Apertus-8B-Instruct-2509 is an 8 billion parameter language model from swiss-ai, part of the Apertus family, which also includes a 70B variant. This model is distinguished by its commitment to full transparency, offering open weights, open training data, and complete training details. It is a decoder-only transformer, pretrained on an extensive 15 trillion tokens using a staged curriculum that incorporates web, code, and math data.

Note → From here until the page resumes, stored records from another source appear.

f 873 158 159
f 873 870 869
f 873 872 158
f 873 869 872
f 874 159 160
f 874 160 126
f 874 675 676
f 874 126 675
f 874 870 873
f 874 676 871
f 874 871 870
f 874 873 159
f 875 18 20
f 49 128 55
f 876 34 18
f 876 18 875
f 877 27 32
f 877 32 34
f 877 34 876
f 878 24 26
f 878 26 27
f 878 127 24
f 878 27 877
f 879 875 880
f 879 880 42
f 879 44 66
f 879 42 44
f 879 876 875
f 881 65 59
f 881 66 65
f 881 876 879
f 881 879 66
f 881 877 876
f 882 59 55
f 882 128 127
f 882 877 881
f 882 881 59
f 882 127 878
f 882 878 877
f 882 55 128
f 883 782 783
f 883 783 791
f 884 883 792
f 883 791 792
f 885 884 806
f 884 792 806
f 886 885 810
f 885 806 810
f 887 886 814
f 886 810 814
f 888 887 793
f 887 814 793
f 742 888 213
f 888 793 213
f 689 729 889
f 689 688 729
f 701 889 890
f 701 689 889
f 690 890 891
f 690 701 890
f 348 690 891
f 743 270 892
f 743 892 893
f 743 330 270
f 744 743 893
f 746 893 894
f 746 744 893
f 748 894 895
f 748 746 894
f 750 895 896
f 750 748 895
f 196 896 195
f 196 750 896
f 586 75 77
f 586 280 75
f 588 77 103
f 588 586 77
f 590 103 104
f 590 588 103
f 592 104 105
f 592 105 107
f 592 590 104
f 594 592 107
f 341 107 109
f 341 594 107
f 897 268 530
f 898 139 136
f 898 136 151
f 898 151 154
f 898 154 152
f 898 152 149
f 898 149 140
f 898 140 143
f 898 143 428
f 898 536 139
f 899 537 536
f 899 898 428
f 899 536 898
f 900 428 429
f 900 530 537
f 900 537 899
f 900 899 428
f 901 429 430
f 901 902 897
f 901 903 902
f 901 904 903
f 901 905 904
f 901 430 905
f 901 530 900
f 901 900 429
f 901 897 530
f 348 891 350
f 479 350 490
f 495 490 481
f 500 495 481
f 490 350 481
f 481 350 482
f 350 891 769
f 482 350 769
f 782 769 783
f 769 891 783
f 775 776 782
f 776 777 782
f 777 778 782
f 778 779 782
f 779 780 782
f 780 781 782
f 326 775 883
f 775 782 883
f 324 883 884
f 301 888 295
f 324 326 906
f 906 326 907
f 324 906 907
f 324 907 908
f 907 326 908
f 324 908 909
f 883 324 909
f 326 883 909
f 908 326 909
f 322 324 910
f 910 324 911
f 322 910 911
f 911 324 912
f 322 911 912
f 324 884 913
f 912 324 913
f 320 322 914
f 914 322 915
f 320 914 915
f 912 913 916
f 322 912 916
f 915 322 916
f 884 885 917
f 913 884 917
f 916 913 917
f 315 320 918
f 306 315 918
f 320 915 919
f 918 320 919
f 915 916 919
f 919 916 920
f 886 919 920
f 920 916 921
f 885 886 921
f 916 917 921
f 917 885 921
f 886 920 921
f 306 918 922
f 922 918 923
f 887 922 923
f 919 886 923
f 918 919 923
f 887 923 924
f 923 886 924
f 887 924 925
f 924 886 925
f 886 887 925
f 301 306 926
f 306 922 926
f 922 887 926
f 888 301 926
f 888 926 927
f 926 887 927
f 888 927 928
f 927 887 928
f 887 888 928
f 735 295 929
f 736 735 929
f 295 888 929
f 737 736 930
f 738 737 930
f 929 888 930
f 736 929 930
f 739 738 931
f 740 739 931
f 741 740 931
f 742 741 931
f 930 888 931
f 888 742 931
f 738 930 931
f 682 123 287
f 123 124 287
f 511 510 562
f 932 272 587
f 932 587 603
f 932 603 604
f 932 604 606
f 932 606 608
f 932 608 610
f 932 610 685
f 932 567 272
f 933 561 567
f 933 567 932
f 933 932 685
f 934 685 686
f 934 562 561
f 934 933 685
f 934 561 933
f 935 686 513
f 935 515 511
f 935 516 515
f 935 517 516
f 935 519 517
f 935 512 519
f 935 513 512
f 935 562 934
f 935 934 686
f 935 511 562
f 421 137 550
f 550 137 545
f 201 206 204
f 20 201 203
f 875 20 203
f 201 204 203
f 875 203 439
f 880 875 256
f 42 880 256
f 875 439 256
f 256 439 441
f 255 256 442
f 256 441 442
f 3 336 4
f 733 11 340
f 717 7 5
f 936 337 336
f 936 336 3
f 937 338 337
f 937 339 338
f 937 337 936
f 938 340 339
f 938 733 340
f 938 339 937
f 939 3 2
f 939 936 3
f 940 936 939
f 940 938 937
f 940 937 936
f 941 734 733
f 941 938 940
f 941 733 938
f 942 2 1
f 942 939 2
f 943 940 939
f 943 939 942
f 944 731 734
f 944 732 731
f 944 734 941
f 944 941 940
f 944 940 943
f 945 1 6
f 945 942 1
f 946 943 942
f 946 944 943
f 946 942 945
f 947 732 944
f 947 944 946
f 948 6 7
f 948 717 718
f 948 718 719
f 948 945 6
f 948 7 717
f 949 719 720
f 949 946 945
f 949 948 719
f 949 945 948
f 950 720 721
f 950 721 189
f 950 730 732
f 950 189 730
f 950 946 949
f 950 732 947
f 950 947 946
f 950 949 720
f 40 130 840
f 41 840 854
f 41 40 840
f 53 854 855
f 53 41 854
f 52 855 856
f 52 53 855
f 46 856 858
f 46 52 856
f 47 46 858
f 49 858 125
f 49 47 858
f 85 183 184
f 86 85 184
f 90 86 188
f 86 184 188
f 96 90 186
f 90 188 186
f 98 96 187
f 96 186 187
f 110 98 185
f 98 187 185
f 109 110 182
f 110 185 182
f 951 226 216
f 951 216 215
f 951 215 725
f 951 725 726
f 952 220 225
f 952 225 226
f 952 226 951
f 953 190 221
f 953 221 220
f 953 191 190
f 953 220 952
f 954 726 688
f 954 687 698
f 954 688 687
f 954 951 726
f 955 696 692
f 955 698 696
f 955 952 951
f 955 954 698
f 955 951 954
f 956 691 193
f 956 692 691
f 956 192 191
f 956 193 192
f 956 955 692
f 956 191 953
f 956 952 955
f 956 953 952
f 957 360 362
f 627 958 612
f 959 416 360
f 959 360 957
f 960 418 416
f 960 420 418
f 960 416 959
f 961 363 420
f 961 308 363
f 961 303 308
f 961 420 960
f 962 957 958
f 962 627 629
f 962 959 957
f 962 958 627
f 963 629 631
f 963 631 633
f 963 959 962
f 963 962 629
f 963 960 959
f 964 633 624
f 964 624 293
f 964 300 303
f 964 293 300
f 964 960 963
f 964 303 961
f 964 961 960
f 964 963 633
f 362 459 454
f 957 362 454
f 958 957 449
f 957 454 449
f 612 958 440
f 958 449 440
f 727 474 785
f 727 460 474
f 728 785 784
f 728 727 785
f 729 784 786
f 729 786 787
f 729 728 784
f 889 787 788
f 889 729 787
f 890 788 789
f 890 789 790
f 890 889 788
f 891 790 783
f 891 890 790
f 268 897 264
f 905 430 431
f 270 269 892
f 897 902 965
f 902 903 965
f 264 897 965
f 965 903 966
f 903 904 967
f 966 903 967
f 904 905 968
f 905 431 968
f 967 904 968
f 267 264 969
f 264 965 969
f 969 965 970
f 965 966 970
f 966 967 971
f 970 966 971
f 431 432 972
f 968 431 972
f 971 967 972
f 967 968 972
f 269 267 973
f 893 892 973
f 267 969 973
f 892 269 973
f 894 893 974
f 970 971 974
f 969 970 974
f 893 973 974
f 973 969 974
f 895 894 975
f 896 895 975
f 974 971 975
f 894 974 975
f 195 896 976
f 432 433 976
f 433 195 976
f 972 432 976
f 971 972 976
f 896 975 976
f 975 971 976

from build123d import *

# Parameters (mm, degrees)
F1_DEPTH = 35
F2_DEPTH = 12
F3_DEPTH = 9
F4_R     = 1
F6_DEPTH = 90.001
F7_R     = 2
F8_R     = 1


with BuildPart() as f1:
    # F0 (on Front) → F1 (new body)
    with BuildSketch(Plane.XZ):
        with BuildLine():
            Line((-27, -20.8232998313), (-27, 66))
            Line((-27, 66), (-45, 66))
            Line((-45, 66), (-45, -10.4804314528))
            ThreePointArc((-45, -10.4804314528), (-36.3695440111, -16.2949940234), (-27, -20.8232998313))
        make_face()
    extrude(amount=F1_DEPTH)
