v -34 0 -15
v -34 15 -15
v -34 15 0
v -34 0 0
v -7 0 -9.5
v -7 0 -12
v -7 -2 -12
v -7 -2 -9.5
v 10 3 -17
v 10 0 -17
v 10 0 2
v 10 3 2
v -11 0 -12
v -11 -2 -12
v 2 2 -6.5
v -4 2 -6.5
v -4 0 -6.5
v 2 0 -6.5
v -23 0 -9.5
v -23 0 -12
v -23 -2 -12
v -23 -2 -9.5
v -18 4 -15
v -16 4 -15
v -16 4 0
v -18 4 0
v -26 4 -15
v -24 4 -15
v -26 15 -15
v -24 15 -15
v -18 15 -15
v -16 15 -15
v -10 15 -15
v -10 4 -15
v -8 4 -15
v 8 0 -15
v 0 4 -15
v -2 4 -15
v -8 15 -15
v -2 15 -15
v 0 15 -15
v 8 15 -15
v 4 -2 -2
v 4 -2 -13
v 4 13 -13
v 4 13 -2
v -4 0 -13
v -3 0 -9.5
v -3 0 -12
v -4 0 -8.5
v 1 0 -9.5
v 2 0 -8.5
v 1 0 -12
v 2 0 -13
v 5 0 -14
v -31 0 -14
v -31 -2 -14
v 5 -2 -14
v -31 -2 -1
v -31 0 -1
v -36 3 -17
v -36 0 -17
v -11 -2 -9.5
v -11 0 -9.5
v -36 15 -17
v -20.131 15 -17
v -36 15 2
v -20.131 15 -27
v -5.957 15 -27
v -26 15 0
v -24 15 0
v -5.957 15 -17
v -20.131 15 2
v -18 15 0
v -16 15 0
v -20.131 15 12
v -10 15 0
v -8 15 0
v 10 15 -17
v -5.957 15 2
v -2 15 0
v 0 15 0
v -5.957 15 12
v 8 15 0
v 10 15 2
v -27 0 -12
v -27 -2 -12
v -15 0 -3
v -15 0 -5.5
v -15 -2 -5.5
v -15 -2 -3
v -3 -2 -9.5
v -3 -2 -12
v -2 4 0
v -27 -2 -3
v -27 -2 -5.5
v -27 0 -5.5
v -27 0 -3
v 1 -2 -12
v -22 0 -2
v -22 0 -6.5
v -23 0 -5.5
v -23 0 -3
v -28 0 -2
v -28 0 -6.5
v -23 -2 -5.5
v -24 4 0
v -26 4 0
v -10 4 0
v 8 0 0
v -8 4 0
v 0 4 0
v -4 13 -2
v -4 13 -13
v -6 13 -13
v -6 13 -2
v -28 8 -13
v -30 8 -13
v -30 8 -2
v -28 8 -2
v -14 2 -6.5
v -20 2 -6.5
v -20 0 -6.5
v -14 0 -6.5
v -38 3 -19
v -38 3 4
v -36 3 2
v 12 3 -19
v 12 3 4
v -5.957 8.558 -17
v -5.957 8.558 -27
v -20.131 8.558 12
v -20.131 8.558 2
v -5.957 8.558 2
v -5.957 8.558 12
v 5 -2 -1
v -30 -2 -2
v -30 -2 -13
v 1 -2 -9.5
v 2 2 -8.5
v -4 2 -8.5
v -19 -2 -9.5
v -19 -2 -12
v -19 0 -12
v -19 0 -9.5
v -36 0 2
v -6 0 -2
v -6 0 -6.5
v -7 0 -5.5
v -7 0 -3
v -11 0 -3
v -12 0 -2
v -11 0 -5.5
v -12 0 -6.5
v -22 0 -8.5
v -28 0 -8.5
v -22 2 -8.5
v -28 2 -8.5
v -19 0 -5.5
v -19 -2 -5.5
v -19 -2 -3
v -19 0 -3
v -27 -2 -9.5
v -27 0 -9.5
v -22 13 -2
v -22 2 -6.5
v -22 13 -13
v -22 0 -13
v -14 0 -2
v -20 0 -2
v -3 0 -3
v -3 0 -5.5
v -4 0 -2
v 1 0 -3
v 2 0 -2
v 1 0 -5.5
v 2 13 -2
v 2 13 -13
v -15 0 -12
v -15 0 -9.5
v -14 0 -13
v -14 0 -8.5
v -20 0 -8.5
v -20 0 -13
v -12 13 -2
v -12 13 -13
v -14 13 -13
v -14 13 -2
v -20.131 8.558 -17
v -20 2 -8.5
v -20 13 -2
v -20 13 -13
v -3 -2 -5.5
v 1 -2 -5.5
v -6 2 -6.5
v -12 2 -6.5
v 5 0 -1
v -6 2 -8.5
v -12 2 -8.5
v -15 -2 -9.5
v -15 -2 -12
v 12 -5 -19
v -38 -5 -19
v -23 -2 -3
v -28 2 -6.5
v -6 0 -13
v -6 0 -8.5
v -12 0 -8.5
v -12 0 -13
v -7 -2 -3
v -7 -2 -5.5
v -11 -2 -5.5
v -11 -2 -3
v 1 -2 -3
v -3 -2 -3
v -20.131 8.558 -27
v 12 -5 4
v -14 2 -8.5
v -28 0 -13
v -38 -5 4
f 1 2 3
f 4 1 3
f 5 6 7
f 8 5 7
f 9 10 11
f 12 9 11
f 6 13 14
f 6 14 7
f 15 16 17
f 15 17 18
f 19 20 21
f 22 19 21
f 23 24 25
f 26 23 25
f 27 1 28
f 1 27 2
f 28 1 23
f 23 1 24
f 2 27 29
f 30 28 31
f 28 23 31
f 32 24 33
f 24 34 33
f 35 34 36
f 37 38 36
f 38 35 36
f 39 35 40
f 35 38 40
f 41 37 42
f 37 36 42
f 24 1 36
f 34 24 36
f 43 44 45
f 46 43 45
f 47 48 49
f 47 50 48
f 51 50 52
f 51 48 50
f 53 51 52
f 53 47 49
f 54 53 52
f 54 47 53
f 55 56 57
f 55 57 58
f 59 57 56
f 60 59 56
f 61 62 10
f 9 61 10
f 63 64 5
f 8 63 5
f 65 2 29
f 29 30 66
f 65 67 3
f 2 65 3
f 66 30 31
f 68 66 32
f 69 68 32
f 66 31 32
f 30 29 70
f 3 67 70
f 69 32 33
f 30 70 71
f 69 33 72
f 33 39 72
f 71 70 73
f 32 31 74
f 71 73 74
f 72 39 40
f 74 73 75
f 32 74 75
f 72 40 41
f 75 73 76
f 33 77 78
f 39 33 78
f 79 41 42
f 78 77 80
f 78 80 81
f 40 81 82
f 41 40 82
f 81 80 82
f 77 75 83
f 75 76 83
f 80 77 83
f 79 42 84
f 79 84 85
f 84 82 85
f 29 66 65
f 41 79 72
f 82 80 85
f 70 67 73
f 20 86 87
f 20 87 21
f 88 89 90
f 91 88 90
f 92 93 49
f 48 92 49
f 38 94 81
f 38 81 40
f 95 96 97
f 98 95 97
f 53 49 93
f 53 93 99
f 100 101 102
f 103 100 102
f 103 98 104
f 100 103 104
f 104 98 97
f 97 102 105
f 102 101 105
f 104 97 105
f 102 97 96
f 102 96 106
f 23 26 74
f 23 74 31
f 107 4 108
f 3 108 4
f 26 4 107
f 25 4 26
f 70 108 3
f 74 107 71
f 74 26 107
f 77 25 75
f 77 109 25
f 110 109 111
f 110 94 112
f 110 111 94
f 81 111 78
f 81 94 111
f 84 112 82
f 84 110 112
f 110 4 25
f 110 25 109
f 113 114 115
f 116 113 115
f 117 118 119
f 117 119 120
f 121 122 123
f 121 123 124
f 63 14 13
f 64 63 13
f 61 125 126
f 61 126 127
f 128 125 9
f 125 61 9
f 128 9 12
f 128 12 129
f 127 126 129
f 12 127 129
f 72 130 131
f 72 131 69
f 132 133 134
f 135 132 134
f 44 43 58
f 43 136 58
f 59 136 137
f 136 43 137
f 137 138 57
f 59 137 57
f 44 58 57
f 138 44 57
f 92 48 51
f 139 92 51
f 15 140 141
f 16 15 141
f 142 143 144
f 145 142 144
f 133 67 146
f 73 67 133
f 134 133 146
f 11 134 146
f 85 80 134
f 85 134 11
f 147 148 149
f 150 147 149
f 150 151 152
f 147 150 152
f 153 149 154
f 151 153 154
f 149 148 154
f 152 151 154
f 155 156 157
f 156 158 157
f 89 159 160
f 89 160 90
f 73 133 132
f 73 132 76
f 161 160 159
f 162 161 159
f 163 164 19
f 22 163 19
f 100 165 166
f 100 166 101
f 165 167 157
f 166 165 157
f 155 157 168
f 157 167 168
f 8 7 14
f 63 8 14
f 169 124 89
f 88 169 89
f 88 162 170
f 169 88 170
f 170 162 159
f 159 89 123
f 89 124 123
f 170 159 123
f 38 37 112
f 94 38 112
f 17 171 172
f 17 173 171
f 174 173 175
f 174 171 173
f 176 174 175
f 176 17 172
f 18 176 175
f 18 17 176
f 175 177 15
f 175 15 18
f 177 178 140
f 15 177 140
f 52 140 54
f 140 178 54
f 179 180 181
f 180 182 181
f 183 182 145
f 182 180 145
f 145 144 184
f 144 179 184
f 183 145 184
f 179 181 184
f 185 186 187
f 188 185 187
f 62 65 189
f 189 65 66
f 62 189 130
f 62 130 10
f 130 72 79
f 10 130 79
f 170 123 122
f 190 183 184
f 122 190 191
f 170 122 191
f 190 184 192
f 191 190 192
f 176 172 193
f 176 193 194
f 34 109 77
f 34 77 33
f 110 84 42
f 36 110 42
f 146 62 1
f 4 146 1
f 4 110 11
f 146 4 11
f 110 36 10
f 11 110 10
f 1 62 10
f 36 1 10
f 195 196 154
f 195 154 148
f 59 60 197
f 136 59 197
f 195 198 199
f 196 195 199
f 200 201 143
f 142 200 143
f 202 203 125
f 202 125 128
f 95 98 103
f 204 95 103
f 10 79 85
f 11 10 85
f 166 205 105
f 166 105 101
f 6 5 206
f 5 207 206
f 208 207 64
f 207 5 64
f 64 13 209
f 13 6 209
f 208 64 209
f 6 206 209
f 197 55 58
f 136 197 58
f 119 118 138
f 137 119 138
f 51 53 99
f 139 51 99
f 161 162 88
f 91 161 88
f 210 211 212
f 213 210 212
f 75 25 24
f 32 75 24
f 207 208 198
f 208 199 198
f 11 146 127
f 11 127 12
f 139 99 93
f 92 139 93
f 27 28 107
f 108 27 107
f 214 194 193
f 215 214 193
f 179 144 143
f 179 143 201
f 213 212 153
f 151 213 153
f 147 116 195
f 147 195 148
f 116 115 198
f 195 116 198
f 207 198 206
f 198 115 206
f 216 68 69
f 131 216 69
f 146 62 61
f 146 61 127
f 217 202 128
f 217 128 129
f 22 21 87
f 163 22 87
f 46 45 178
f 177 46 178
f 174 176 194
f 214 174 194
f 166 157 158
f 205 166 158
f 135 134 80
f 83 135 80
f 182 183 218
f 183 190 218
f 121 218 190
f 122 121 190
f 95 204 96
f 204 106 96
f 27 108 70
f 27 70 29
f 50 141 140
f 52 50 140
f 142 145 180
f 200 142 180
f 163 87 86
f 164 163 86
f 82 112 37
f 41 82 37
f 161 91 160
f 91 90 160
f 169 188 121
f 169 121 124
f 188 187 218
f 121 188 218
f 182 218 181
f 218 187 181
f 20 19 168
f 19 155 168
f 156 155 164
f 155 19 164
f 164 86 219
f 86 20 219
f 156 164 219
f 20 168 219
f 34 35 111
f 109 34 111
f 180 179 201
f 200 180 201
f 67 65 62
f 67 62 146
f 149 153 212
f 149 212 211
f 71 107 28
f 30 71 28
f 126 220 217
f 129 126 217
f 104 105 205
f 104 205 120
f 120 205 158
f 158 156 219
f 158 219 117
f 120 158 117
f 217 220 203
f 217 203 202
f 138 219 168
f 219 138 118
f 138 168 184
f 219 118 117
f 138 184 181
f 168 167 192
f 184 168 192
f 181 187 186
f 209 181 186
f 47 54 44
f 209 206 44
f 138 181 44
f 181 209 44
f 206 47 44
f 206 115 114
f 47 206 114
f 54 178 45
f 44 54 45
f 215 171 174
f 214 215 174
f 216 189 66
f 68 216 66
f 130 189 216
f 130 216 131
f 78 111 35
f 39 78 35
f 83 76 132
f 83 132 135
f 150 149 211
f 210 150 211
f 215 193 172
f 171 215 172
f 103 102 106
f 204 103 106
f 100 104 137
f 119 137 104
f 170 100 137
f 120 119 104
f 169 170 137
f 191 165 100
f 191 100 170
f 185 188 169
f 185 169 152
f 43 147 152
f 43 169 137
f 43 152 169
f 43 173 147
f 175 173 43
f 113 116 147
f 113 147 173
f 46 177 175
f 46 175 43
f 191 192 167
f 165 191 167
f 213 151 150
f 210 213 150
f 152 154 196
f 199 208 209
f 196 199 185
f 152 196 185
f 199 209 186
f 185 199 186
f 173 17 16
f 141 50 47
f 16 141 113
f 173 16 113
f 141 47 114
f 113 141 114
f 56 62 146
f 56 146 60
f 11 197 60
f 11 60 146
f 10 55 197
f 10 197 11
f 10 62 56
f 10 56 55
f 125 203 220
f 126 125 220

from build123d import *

# Parameters (mm, degrees)
SKETCH1_W                 = 6
SKETCH1_H                 = 15
BOSS_EXTRUDE1_DEPTH       = 15
SKETCH2_W                 = 2
SKETCH2_H                 = 11
CUT_EXTRUDE1_DEPTH        = 13
SKETCH3_W                 = 15
SKETCH3_H                 = 4
BOSS_EXTRUDE2_DEPTH       = 2
LPATTERN1_COUNT           = 5
LPATTERN1_PITCH           = 8
SKETCH6_W                 = 15
SKETCH6_H                 = 15
BOSS_EXTRUDE4_DEPTH       = 2
SKETCH8_W                 = 15
SKETCH8_H                 = 11
BOSS_EXTRUDE5_DEPTH       = 2
SKETCH9_W                 = 34
SKETCH9_H                 = 2
CUT_EXTRUDE2_DEPTH        = 2
SKETCH13_W                = 36
SKETCH13_H                = 13
SKETCH13_W_2              = 34
SKETCH13_H_2              = 11
BOSS_EXTRUDE9_DEPTH       = 2
SKETCH15_W                = 4
SKETCH15_H                = 2.5
BOSS_EXTRUDE10_DEPTH      = 2
LPATTERN2_COUNT           = 4
LPATTERN2_PITCH           = 8
BOSS_EXTRUDE11_DEPTH      = 5
BOSS_EXTRUDE11_DEPTH_BACK = 15
SKETCH17_W                = 46
SKETCH17_H                = 19
SPLIT2_START              = -5
SPLIT2_OUTLINE_W          = 46
SPLIT2_OUTLINE_H          = 19
SPLIT2_DEPTH              = 5
SPLIT2_2_OUTLINE_W        = 2
SPLIT2_2_OUTLINE_H        = 11
SPLIT2_2_DEPTH            = 13
SPLIT2_3_OUTLINE_W        = 6
SPLIT2_3_OUTLINE_H        = 2
SPLIT2_3_DEPTH            = 2
SPLIT2_START_2            = -13
SPLIT2_4_DEPTH            = 11
SPLIT2_START_3            = -17
SPLIT2_5_DEPTH            = 19
SPLIT2_6_OUTLINE_W        = 36
SPLIT2_6_OUTLINE_H        = 2
SPLIT2_6_DEPTH            = 3
SPLIT2_START_4            = -1
SPLIT2_7_OUTLINE_W        = 36
SPLIT2_7_OUTLINE_H        = 2
SPLIT2_7_DEPTH            = 3
SPLIT2_START_5            = -8.5
SPLIT2_8_DEPTH            = 2
SPLIT2_START_6            = -9.5
SPLIT2_9_OUTLINE_W        = 4
SPLIT2_9_OUTLINE_H        = 2
SPLIT2_9_DEPTH            = 4
SPLIT2_10_OUTLINE_W       = 4
SPLIT2_10_OUTLINE_H       = 2
SPLIT2_10_DEPTH           = 1
SPLIT2_START_7            = -3
SPLIT2_11_OUTLINE_W       = 4
SPLIT2_11_OUTLINE_H       = 2
SPLIT2_11_DEPTH           = 1
SKETCH18_W                = 14.174743238
SKETCH18_H                = 6.442150942
BOSS_EXTRUDE12_DEPTH      = 10
SKETCH19_W                = 50
SKETCH19_H                = 23
SKETCH19_W_2              = 46
SKETCH19_H_2              = 19
BOSS_EXTRUDE13_DEPTH      = 8
SKETCH20_W                = 2
SKETCH20_H                = 11
CUT_EXTRUDE3_DEPTH        = 5


# Read off the part's stored shape, not the designer's step: Split2
with BuildPart() as part:
    # Sketch1 → Boss-Extrude1 (new body)
    with BuildSketch(Plane(origin=(0, 0, 0), x_dir=(1, 0, 0), z_dir=(0, 1, 0))):
        with Locations((3, 7.5)):
            Rectangle(SKETCH1_W, SKETCH1_H)
    extrude(amount=BOSS_EXTRUDE1_DEPTH)

    # Sketch2 → Cut-Extrude1 (cut)
    with BuildSketch(Plane.XZ):
        with Locations((3, -7.5)):
            Rectangle(SKETCH2_W, SKETCH2_H)
    extrude(amount=-CUT_EXTRUDE1_DEPTH, mode=Mode.SUBTRACT)

    # Sketch3 → Boss-Extrude2 (add)
    with BuildSketch(Plane.ZY):
        with Locations((-7.5, 2)):
            Rectangle(SKETCH3_W, SKETCH3_H)
    extrude(amount=BOSS_EXTRUDE2_DEPTH)


with BuildPart() as lpattern1_1:
    # LPattern1: pattern copy
    add(part.part.moved(Location(Vector(-1, 0, 0) * (1 * LPATTERN1_PITCH))))


with BuildPart() as lpattern1_2:
    # LPattern1: pattern copy
    add(part.part.moved(Location(Vector(-1, 0, 0) * (2 * LPATTERN1_PITCH))))


with BuildPart() as lpattern1_3:
    # LPattern1: pattern copy
    add(part.part.moved(Location(Vector(-1, 0, 0) * (3 * LPATTERN1_PITCH))))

The model utilizes a novel xIELU activation function and was trained from scratch with the AdEMAMix optimizer, followed by supervised fine-tuning and alignment via QRPO.

Key Capabilities

  • Massively Multilingual: Natively supports 1811 languages, making it highly versatile for global applications.
  • Long Context: Features a substantial context length of up to 65,536 tokens, enabling processing of extensive inputs.
  • Tool Use: Supports agentic usage with tool integration capabilities.
  • Data Compliance: Trained with a strong emphasis on respecting opt-out consent for data owners and avoiding memorization of training data.
  • Openness: Provides full transparency regarding its training process, data, and architecture, including a technical report and open training data reconstruction scripts.

Good For

  • Applications requiring broad multilingual support.
  • Tasks benefiting from long context understanding and generation.
  • Developers prioritizing fully transparent and auditable AI models.
  • Use cases where data privacy and consent are critical considerations.